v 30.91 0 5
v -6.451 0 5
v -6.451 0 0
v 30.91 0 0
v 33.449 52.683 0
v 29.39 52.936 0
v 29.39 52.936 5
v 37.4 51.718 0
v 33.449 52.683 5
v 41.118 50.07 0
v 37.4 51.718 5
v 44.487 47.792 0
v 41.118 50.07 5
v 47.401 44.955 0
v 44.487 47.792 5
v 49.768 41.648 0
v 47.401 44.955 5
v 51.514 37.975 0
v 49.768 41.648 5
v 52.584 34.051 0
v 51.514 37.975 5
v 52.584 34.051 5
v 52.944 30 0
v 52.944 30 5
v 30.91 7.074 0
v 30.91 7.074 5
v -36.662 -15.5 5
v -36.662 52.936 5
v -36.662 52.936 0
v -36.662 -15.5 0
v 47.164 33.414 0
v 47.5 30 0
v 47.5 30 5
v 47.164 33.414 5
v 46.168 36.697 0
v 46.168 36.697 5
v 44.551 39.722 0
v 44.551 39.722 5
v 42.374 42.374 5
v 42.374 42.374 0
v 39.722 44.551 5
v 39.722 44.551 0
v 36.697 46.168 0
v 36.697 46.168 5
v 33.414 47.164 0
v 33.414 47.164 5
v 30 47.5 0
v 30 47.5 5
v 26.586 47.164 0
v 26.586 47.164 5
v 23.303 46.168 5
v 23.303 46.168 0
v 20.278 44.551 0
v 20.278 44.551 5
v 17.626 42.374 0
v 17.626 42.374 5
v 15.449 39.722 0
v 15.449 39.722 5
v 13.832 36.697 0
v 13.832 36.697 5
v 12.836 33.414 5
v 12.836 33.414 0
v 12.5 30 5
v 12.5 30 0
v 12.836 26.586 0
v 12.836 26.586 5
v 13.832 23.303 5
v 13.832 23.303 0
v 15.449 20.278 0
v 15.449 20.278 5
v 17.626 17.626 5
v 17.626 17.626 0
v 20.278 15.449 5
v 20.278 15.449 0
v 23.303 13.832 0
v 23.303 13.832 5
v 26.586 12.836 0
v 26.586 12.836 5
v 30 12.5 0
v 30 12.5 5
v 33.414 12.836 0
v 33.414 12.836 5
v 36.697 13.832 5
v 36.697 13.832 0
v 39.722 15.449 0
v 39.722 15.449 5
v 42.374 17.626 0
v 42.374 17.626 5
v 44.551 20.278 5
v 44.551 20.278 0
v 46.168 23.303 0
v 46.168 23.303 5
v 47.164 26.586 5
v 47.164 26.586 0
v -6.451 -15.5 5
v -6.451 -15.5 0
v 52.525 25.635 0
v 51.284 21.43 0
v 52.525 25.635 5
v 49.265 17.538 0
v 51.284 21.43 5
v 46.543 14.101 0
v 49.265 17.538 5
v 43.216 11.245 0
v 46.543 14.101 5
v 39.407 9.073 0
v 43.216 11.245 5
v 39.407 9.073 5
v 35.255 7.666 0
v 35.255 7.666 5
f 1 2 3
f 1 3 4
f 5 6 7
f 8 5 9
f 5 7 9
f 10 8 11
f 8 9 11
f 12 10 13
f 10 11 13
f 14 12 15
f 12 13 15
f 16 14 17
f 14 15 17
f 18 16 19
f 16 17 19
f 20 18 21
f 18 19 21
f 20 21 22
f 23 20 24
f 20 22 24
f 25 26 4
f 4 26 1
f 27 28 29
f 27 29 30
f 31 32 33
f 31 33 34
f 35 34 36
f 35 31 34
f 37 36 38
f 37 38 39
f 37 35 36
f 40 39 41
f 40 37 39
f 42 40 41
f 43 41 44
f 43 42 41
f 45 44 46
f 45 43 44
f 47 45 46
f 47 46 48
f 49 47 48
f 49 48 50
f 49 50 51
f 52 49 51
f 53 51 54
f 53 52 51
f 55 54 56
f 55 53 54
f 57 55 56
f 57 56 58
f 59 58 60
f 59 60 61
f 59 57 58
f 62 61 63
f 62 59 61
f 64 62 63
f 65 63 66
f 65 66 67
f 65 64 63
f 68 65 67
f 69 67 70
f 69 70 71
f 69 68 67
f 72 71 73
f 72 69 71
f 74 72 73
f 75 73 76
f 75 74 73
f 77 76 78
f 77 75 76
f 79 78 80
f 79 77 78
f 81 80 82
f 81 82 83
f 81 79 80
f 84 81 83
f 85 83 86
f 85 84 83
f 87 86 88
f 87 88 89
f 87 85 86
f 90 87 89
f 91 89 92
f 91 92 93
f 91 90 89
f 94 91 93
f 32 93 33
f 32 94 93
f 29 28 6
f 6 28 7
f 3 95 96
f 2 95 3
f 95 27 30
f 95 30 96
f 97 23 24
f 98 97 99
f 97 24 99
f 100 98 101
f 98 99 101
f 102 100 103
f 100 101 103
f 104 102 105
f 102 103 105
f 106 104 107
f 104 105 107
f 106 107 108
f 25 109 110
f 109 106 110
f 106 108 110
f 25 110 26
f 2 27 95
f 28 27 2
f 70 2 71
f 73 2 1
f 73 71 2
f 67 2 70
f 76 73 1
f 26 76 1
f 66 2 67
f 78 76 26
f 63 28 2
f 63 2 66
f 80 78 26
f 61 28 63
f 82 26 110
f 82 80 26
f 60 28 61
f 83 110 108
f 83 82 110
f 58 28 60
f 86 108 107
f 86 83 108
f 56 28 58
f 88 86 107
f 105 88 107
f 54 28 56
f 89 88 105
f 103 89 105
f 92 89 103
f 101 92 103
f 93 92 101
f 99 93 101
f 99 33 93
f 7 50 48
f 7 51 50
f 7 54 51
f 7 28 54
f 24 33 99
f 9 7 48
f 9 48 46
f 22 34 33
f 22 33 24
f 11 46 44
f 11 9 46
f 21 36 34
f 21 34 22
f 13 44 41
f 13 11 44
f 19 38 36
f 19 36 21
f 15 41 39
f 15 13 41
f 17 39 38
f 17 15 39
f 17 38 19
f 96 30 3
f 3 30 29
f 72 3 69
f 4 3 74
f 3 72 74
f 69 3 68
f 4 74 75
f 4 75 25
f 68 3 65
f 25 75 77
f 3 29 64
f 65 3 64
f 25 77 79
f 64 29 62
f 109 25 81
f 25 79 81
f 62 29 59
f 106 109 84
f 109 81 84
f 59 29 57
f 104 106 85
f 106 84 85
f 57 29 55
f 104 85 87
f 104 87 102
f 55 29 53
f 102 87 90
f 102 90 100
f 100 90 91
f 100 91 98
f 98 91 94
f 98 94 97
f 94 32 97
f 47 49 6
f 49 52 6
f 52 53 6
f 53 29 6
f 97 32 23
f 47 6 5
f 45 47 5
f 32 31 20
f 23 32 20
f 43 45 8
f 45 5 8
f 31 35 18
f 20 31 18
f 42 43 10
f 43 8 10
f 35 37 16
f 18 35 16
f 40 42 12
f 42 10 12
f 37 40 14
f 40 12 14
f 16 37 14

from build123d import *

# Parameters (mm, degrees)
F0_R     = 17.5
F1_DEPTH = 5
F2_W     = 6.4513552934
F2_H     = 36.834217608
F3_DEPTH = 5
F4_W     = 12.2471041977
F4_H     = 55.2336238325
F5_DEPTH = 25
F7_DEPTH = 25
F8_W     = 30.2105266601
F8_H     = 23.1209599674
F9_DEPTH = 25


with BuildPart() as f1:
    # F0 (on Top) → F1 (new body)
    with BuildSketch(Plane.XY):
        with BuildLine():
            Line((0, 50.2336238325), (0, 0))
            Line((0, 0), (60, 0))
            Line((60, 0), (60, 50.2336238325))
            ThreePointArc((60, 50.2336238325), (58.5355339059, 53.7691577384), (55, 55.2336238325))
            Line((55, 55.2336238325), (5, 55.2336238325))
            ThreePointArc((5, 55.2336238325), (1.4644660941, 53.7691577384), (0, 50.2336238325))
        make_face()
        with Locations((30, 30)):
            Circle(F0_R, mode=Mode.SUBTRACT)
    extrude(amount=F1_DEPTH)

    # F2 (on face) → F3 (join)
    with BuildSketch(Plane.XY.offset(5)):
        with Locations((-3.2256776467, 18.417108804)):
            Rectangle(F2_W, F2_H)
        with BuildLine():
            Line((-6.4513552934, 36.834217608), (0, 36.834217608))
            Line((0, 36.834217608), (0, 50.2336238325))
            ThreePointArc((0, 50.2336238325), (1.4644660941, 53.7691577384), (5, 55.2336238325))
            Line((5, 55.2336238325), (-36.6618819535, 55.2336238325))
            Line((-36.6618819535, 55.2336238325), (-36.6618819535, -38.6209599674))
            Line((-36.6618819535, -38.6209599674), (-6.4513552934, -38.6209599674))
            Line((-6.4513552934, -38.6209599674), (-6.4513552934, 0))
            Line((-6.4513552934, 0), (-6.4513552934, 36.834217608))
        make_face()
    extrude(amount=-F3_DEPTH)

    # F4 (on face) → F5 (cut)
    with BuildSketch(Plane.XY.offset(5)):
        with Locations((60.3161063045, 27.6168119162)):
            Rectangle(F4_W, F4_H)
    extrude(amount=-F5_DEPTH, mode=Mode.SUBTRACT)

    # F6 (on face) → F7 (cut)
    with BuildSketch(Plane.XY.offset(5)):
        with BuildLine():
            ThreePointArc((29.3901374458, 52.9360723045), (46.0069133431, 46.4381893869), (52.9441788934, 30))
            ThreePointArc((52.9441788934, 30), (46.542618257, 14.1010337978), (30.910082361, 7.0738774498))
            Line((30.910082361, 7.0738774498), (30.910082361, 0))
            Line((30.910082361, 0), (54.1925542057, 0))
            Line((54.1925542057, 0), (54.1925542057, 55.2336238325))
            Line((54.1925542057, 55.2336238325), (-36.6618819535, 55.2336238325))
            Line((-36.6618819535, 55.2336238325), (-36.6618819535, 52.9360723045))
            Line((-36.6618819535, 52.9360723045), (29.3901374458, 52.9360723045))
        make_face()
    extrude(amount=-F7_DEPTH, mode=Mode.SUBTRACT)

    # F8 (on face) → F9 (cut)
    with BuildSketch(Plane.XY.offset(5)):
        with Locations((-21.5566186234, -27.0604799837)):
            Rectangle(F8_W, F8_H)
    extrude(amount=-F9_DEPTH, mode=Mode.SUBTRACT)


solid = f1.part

******

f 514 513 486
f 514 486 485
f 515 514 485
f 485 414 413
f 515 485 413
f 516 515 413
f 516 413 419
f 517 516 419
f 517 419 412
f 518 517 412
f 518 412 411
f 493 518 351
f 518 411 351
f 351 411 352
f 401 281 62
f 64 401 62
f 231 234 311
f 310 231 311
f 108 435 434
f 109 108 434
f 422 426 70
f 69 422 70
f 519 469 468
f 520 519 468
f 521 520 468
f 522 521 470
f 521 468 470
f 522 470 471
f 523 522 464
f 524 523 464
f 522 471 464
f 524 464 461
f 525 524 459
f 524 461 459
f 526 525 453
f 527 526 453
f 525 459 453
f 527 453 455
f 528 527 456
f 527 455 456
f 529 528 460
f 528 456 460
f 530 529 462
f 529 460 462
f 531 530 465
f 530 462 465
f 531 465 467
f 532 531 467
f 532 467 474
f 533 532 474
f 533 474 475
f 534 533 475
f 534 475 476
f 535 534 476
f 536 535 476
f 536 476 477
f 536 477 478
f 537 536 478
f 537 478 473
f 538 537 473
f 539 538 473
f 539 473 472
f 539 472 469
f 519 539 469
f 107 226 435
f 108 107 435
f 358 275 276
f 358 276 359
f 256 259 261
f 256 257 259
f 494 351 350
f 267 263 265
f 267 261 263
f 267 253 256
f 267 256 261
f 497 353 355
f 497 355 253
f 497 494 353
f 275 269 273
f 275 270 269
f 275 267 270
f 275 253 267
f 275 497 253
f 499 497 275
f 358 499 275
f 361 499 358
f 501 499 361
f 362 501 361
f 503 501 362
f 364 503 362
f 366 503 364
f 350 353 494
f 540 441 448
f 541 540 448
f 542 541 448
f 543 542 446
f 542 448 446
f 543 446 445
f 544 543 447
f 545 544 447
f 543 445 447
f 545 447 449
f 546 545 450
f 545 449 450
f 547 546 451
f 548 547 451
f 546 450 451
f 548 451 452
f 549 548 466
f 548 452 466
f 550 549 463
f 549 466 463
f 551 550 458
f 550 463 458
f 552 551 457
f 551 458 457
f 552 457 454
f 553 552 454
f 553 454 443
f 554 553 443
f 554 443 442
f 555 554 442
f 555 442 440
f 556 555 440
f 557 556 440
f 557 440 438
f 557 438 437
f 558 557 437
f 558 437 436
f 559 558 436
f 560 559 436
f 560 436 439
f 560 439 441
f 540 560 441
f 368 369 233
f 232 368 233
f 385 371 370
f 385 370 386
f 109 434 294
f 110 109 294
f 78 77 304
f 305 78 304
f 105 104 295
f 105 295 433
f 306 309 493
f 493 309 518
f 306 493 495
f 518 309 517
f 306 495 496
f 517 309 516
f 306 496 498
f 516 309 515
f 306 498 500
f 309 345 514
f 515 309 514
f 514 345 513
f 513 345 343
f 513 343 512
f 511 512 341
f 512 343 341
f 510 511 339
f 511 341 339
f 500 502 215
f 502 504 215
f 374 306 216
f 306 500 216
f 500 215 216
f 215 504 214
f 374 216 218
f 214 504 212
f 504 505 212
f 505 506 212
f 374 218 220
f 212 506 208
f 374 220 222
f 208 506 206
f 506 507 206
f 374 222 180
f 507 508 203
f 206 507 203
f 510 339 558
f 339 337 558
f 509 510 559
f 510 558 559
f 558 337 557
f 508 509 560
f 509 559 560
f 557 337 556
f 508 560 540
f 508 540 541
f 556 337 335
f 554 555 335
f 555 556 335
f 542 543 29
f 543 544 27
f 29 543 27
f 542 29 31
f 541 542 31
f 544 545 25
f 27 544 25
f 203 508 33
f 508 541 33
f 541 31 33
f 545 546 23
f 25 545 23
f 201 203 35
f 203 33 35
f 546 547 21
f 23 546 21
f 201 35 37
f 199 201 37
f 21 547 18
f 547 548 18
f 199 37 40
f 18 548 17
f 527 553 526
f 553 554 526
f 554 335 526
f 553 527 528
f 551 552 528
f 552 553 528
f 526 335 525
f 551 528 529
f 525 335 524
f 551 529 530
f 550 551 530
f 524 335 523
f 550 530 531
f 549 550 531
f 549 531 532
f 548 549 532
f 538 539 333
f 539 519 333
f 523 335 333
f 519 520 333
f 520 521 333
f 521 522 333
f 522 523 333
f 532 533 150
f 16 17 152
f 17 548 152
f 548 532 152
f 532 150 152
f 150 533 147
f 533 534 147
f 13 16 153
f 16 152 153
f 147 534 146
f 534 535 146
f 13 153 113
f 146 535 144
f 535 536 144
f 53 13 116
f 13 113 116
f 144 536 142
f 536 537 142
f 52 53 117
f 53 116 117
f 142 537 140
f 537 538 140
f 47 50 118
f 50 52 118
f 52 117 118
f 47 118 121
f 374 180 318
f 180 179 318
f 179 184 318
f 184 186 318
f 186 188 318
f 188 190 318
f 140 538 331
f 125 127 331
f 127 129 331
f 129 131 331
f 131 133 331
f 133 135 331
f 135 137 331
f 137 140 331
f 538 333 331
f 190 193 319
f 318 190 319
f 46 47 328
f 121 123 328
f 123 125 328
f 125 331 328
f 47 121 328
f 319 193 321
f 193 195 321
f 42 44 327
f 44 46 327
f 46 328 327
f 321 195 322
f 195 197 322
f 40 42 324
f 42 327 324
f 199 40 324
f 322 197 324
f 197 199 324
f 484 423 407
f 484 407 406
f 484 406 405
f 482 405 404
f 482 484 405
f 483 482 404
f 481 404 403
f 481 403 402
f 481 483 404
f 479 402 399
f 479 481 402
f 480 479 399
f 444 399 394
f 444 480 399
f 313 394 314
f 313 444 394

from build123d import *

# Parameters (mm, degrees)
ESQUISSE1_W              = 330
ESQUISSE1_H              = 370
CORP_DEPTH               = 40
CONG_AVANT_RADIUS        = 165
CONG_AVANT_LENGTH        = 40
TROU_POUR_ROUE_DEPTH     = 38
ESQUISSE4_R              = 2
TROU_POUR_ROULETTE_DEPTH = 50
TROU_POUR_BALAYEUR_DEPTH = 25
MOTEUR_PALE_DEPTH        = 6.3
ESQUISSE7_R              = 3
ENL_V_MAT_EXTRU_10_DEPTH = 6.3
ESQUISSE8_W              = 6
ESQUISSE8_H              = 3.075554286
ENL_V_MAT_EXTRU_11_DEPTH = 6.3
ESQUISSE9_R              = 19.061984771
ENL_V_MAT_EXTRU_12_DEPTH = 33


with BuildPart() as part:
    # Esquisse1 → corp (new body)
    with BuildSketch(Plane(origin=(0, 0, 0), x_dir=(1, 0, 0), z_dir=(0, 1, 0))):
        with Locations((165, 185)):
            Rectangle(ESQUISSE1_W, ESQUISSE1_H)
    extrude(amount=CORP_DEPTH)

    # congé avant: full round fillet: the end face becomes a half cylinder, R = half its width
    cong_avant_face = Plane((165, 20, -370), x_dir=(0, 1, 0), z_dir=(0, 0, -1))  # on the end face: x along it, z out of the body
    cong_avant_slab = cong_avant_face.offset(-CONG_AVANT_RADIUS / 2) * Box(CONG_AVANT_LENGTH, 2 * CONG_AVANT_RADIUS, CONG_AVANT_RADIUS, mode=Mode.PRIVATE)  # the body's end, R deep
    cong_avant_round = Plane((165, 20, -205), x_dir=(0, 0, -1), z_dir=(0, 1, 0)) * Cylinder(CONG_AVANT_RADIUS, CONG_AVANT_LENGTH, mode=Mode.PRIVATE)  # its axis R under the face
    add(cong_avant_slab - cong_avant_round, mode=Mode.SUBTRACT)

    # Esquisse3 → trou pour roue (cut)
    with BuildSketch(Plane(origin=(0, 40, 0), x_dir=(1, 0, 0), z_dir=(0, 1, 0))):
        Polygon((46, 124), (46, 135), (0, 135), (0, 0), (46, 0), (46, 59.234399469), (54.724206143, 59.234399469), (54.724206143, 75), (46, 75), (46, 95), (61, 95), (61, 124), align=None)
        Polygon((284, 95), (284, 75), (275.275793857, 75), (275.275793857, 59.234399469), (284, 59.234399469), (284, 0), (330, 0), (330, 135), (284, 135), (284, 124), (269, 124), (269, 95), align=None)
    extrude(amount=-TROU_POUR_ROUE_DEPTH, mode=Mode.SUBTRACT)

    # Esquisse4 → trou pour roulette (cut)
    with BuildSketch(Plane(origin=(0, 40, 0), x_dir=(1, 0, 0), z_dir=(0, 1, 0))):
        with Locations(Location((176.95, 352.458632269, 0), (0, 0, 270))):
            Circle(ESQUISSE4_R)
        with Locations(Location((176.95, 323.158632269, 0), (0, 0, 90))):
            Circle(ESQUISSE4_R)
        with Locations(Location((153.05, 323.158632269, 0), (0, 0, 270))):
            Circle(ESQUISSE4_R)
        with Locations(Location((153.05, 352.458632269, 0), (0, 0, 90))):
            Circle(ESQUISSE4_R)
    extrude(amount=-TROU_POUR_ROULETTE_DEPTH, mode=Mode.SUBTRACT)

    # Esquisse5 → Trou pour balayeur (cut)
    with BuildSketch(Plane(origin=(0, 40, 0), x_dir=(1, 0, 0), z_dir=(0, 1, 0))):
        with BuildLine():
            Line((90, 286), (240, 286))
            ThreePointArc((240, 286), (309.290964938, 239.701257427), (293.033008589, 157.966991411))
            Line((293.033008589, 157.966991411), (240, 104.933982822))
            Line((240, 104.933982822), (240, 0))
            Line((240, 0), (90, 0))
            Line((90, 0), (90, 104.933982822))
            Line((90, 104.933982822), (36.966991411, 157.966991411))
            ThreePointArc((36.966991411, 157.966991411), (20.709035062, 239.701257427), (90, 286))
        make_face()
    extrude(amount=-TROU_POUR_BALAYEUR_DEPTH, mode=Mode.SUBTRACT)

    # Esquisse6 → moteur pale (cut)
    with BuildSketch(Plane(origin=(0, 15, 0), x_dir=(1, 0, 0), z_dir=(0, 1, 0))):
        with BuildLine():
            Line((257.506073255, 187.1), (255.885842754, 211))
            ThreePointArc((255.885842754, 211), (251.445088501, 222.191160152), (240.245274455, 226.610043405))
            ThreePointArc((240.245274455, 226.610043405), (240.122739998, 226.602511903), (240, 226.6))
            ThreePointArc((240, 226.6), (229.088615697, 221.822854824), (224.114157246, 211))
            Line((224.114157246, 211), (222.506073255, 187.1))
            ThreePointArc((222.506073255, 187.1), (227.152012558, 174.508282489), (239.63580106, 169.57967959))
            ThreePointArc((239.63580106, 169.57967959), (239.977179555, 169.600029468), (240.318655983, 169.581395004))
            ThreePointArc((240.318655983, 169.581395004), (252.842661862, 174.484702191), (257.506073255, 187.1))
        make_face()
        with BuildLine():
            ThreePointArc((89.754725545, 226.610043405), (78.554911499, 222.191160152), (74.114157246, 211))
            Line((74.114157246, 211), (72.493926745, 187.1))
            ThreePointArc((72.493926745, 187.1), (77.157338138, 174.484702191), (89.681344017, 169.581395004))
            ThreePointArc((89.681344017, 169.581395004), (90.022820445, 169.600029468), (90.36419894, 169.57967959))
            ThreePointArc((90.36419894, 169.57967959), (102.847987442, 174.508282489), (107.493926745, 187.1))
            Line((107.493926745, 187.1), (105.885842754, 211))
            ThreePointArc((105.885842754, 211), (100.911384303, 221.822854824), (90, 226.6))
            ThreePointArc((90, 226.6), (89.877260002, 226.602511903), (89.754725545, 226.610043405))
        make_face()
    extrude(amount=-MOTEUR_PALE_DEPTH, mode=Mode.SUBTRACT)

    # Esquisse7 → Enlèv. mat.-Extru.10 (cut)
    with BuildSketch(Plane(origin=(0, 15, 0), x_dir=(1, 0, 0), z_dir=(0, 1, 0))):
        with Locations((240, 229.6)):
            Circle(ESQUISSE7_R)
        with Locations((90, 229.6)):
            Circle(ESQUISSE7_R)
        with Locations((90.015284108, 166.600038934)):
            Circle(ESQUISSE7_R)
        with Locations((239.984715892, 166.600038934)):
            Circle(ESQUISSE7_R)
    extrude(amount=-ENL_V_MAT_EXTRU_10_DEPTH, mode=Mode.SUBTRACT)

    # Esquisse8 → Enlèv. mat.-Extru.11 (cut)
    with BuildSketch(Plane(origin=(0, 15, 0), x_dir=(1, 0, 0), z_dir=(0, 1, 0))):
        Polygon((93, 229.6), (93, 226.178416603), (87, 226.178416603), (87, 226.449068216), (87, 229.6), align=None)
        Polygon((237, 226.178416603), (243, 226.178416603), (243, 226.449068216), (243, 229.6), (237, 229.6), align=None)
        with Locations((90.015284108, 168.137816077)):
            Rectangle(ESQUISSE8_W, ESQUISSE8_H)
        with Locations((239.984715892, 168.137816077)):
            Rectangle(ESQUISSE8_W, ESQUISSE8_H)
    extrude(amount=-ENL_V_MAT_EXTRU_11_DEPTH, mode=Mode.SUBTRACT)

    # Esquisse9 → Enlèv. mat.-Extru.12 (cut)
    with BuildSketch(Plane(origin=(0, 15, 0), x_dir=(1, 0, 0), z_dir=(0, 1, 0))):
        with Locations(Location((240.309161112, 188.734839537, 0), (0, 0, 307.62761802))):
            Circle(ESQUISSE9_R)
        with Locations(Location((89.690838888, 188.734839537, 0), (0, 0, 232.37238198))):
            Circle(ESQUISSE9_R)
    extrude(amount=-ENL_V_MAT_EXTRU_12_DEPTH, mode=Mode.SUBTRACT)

******

* [Task item]
Return only the lines between the one holding "v 30.91 0 5" and the one holding "v 20.278 44.551 5", inclusive, exactly as they appear above.

* [Problem solution]
v 30.91 0 5
v -6.451 0 5
v -6.451 0 0
v 30.91 0 0
v 33.449 52.683 0
v 29.39 52.936 0
v 29.39 52.936 5
v 37.4 51.718 0
v 33.449 52.683 5
v 41.118 50.07 0
v 37.4 51.718 5
v 44.487 47.792 0
v 41.118 50.07 5
v 47.401 44.955 0
v 44.487 47.792 5
v 49.768 41.648 0
v 47.401 44.955 5
v 51.514 37.975 0
v 49.768 41.648 5
v 52.584 34.051 0
v 51.514 37.975 5
v 52.584 34.051 5
v 52.944 30 0
v 52.944 30 5
v 30.91 7.074 0
v 30.91 7.074 5
v -36.662 -15.5 5
v -36.662 52.936 5
v -36.662 52.936 0
v -36.662 -15.5 0
v 47.164 33.414 0
v 47.5 30 0
v 47.5 30 5
v 47.164 33.414 5
v 46.168 36.697 0
v 46.168 36.697 5
v 44.551 39.722 0
v 44.551 39.722 5
v 42.374 42.374 5
v 42.374 42.374 0
v 39.722 44.551 5
v 39.722 44.551 0
v 36.697 46.168 0
v 36.697 46.168 5
v 33.414 47.164 0
v 33.414 47.164 5
v 30 47.5 0
v 30 47.5 5
v 26.586 47.164 0
v 26.586 47.164 5
v 23.303 46.168 5
v 23.303 46.168 0
v 20.278 44.551 0
v 20.278 44.551 5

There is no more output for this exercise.